RESULTS: Significant changes in IAP, BLP, and CVP resulted from both interventions. VHR led to an increase in all three by an average of 14.89, 13.93, and 14.69 mmHg, respectively (p<0.01). After CS, the pressures decreased by 9.11, 8.00, 7.89 mmHg, respectively (p<0.01) as shown in Figure 2. Significant differences in CVP, BLP, peak inspiratory pressure (PIP), and mean airway pressure (MAP) were observed between animals with ACS and those without. Within the subset with ACS, CS did not result in significant changes in the measured physiologic parameters compared to VHR alone but did lead to a significantly lower incidence of animals with large bowel necrosis (29% vs. 87%). See Figure 3 for details.
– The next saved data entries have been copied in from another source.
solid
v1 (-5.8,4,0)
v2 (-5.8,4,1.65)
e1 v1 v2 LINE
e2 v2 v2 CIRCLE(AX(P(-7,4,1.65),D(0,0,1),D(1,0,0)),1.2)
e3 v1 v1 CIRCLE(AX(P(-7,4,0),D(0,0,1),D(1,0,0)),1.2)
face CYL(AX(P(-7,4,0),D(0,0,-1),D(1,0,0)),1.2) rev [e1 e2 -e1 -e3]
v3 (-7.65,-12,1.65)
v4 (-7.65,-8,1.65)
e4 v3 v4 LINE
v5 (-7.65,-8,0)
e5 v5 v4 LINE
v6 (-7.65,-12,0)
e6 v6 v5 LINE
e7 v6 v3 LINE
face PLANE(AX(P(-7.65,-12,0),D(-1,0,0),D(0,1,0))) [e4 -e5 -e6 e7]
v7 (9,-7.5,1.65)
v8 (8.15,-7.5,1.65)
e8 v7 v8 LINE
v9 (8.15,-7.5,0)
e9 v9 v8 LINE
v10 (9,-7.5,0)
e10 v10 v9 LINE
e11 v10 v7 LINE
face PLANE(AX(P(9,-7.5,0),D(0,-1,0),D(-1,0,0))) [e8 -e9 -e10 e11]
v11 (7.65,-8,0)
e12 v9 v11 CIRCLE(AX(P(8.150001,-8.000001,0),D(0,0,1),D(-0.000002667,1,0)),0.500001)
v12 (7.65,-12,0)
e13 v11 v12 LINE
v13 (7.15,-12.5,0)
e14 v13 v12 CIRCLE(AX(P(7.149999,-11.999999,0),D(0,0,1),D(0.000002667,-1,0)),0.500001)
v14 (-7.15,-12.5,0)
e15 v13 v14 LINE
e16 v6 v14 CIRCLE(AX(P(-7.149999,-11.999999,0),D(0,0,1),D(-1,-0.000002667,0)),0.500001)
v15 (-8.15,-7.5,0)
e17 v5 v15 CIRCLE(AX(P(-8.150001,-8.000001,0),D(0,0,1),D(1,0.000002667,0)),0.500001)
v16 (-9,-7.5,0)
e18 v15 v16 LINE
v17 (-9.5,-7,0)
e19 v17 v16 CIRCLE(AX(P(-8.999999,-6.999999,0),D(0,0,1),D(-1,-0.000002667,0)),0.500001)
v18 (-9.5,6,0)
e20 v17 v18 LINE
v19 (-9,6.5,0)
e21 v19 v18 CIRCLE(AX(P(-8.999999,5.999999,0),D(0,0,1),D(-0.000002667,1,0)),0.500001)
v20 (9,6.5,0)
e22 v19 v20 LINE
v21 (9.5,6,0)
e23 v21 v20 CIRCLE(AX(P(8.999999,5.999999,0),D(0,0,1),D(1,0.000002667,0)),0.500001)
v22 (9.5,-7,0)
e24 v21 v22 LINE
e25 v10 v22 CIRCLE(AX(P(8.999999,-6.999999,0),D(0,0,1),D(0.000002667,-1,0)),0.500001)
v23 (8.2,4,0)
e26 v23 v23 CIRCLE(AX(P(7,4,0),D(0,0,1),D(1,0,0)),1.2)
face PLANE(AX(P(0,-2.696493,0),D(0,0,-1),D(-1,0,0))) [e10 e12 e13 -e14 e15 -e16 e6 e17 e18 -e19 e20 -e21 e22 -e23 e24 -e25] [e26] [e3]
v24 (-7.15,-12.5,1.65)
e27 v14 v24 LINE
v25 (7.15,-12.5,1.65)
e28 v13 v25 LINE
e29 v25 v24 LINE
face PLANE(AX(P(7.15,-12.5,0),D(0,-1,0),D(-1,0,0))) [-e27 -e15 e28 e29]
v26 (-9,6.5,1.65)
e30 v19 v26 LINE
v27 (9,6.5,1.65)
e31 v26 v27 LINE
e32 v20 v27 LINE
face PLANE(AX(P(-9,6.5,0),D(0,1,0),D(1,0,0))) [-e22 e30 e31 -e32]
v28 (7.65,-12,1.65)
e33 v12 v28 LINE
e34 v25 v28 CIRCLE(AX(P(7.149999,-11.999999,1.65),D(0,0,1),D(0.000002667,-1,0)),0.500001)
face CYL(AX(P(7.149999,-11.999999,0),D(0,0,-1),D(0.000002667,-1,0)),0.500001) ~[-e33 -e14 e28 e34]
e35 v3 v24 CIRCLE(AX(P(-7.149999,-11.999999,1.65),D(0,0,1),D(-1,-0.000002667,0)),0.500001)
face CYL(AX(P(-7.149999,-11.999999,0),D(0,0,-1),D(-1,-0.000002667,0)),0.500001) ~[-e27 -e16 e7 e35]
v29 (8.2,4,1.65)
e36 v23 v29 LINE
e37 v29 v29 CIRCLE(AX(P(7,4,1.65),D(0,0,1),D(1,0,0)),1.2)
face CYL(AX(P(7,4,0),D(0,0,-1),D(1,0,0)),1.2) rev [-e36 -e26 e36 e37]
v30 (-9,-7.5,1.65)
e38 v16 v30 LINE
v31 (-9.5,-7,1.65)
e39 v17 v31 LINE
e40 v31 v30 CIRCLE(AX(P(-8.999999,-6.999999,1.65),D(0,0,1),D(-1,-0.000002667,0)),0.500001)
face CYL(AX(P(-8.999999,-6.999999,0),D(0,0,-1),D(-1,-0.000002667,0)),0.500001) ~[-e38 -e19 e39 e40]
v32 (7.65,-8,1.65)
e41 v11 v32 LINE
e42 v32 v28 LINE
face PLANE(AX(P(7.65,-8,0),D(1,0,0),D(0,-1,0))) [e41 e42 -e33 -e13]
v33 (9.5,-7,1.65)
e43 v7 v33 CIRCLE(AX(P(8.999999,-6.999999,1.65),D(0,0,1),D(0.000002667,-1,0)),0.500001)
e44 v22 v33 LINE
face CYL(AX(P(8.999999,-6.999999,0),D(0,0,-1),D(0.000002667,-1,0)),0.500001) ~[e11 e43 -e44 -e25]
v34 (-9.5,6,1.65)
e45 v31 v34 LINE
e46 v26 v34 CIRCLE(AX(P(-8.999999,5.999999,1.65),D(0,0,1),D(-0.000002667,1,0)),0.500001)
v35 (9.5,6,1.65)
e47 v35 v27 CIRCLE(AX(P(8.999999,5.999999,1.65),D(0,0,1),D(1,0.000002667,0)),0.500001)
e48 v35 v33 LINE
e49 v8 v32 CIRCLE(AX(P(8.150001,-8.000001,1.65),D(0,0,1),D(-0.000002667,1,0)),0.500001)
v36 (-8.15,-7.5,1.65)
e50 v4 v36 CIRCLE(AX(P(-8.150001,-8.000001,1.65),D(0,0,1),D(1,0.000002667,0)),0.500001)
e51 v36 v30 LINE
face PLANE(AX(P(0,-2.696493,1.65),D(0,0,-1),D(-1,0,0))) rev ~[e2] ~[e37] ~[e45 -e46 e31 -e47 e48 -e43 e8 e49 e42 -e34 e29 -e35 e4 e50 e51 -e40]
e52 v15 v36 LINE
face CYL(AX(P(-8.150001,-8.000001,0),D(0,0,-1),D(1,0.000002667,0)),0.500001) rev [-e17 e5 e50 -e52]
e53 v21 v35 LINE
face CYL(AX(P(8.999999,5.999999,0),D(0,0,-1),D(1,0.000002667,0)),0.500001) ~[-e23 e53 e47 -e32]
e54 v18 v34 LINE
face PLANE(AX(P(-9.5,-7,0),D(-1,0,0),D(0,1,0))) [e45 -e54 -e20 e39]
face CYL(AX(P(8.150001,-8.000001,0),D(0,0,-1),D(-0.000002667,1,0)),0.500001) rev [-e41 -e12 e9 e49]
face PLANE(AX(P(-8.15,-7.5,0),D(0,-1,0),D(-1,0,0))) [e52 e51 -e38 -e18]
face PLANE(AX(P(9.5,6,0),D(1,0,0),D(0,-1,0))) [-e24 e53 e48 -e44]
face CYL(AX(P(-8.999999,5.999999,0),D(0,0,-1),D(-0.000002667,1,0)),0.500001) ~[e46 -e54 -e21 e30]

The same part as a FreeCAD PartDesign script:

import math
import FreeCAD as App
import Part
import Sketcher
from FreeCAD import Vector

doc = App.newDocument("Part")
body = doc.addObject("PartDesign::Body", "Body")

# Sketch on XY plane
sketch1 = body.newObject("Sketcher::SketchObject", "Sketch")
sketch1.AttachmentSupport = (doc.getObject("XY_Plane"), [""])
sketch1.MapMode = "FlatFace"
sketch1.addGeometry([
    Part.LineSegment(Vector(9, 6.5, 0), Vector(-9, 6.5, 0)),  # 0
    Part.ArcOfCircle(Part.Circle(Vector(-9, 6, 0), Vector(0, 0, 1), 0.5), math.radians(90), math.radians(180)),  # 1
    Part.LineSegment(Vector(-9.5, 6, 0), Vector(-9.5, -7, 0)),  # 2
    Part.ArcOfCircle(Part.Circle(Vector(-9, -7, 0), Vector(0, 0, 1), 0.5), math.radians(-180), math.radians(-90)),  # 3
    Part.LineSegment(Vector(-9, -7.5, 0), Vector(-8.2, -7.5, 0)),  # 4
    Part.ArcOfCircle(Part.Circle(Vector(-8.2, -8, 0), Vector(0, 0, 1), 0.5), math.radians(0), math.radians(90)),  # 5
    Part.LineSegment(Vector(-7.7, -8, 0), Vector(-7.7, -12, 0)),  # 6
    Part.ArcOfCircle(Part.Circle(Vector(-7.1, -12, 0), Vector(0, 0, 1), 0.5), math.radians(-180), math.radians(-90)),  # 7
    Part.LineSegment(Vector(-7.2, -12.5, 0), Vector(7.2, -12.5, 0)),  # 8
    Part.ArcOfCircle(Part.Circle(Vector(7.1, -12, 0), Vector(0, 0, 1), 0.5), math.radians(-90), math.radians(0)),  # 9
    Part.LineSegment(Vector(7.7, -12, 0), Vector(7.7, -8, 0)),  # 10
    Part.ArcOfCircle(Part.Circle(Vector(8.2, -8, 0), Vector(0, 0, 1), 0.5), math.radians(90), math.radians(180)),  # 11
    Part.LineSegment(Vector(8.2, -7.5, 0), Vector(9, -7.5, 0)),  # 12
    Part.ArcOfCircle(Part.Circle(Vector(9, -7, 0), Vector(0, 0, 1), 0.5), math.radians(-90), math.radians(0)),  # 13
    Part.LineSegment(Vector(9.5, -7, 0), Vector(9.5, 6, 0)),  # 14
    Part.ArcOfCircle(Part.Circle(Vector(9, 6, 0), Vector(0, 0, 1), 0.5), math.radians(0), math.radians(90)),  # 15
    Part.Circle(Vector(7, 4, 0), Vector(0, 0, 1), 1.2),  # 16
    Part.Circle(Vector(-7, 4, 0), Vector(0, 0, 1), 1.2),  # 17
], False)
sketch1.addConstraint([
    Sketcher.Constraint("Coincident", 0, 2, 1, 1),
    Sketcher.Constraint("Coincident", 1, 2, 2, 1),
    Sketcher.Constraint("Coincident", 2, 2, 3, 1),
    Sketcher.Constraint("Coincident", 3, 2, 4, 1),
    Sketcher.Constraint("Coincident", 4, 2, 5, 2),
    Sketcher.Constraint("Coincident", 5, 1, 6, 1),
    Sketcher.Constraint("Coincident", 6, 2, 7, 1),
    Sketcher.Constraint("Coincident", 7, 2, 8, 1),
    Sketcher.Constraint("Coincident", 8, 2, 9, 1),
    Sketcher.Constraint("Coincident", 9, 2, 10, 1),
    Sketcher.Constraint("Coincident", 10, 2, 11, 2),
    Sketcher.Constraint("Coincident", 11, 1, 12, 1),
    Sketcher.Constraint("Coincident", 12, 2, 13, 1),
    Sketcher.Constraint("Coincident", 13, 2, 14, 1),
    Sketcher.Constraint("Coincident", 14, 2, 15, 1),
    Sketcher.Constraint("Coincident", 15, 2, 0, 1),
    Sketcher.Constraint("Horizontal", 0),
    Sketcher.Constraint("Vertical", 2),
    Sketcher.Constraint("Horizontal", 4),
    Sketcher.Constraint("Vertical", 6),
    Sketcher.Constraint("Horizontal", 8),
    Sketcher.Constraint("Vertical", 10),
    Sketcher.Constraint("Horizontal", 12),
    Sketcher.Constraint("Vertical", 14),
    Sketcher.Constraint("Equal", 1, 3),
    Sketcher.Constraint("Equal", 3, 5),
    Sketcher.Constraint("Equal", 5, 7),
    Sketcher.Constraint("Equal", 7, 9),
    Sketcher.Constraint("Equal", 9, 11),
    Sketcher.Constraint("Equal", 11, 13),
    Sketcher.Constraint("Equal", 13, 15),
    Sketcher.Constraint("Equal", 16, 17),
    Sketcher.Constraint("Symmetric", 5, 3, 11, 3, -2),
    Sketcher.Constraint("Symmetric", 16, 3, 17, 3, -2),
    Sketcher.Constraint("Symmetric", 2, 2, 13, 2, -2),
    Sketcher.Constraint("Horizontal", 15, 3, 1, 2),
    Sketcher.Constraint("Horizontal", 13, 3, 2, 2),
    Sketcher.Constraint("Horizontal", 11, 3, 5, 1),
    Sketcher.Constraint("Horizontal", 9, 3, 6, 2),
    Sketcher.Constraint("Horizontal", 6, 2, 9, 2),
    Sketcher.Constraint("Horizontal", 5, 1, 10, 2),
    Sketcher.Constraint("Horizontal", 1, 2, 14, 2),
    Sketcher.Constraint("Vertical", 3, 3, 0, 2),
    Sketcher.Constraint("Vertical", 0, 2, 3, 2),
    Sketcher.Constraint("Vertical", 5, 3, 4, 2),
    Sketcher.Constraint("Vertical", 9, 3, 8, 2),
    Sketcher.Constraint("Vertical", 15, 3, 12, 2),
    Sketcher.Constraint("Vertical", 12, 2, 15, 2),
    Sketcher.Constraint("Equal", 4, 12),
    Sketcher.Constraint("Diameter", 16, 2.4),
    Sketcher.Constraint("Radius", 1, 0.500001),
    Sketcher.Constraint("DistanceX", 0, 2, 0, 1, 18.0),
    Sketcher.Constraint("DistanceY", 2, 2, 2, 1, 13.0),
    Sketcher.Constraint("DistanceY", 6, 2, 6, 1, 4.0),
    Sketcher.Constraint("DistanceX", 8, 1, 8, 2, 14.3),
    Sketcher.Constraint("DistanceY", -1, 1, 1, 3, 5.999999),
    Sketcher.Constraint("DistanceX", -1, 1, 16, 3, 7.0),
    Sketcher.Constraint("DistanceY", -1, 1, 16, 3, 4.0),
    Sketcher.Constraint("DistanceX", 5, 3, 7, 2, 1.000001),
])
pad1 = body.newObject("PartDesign::Pad", "Pad")
pad1.Profile = sketch1
pad1.Length = 1.65

doc.recompute()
CONCLUSIONS: The results confirm that primary repair of large abdominal wall defects leads to an increase in IAP, which can be reduced with separation of components. In animals with ACS, CS may reduce the risk of organ damage. CVP, BLP, PIP, and MAP accurately correlated with elevated IAP and may be used as surrogate markers for diagnosis of ACS.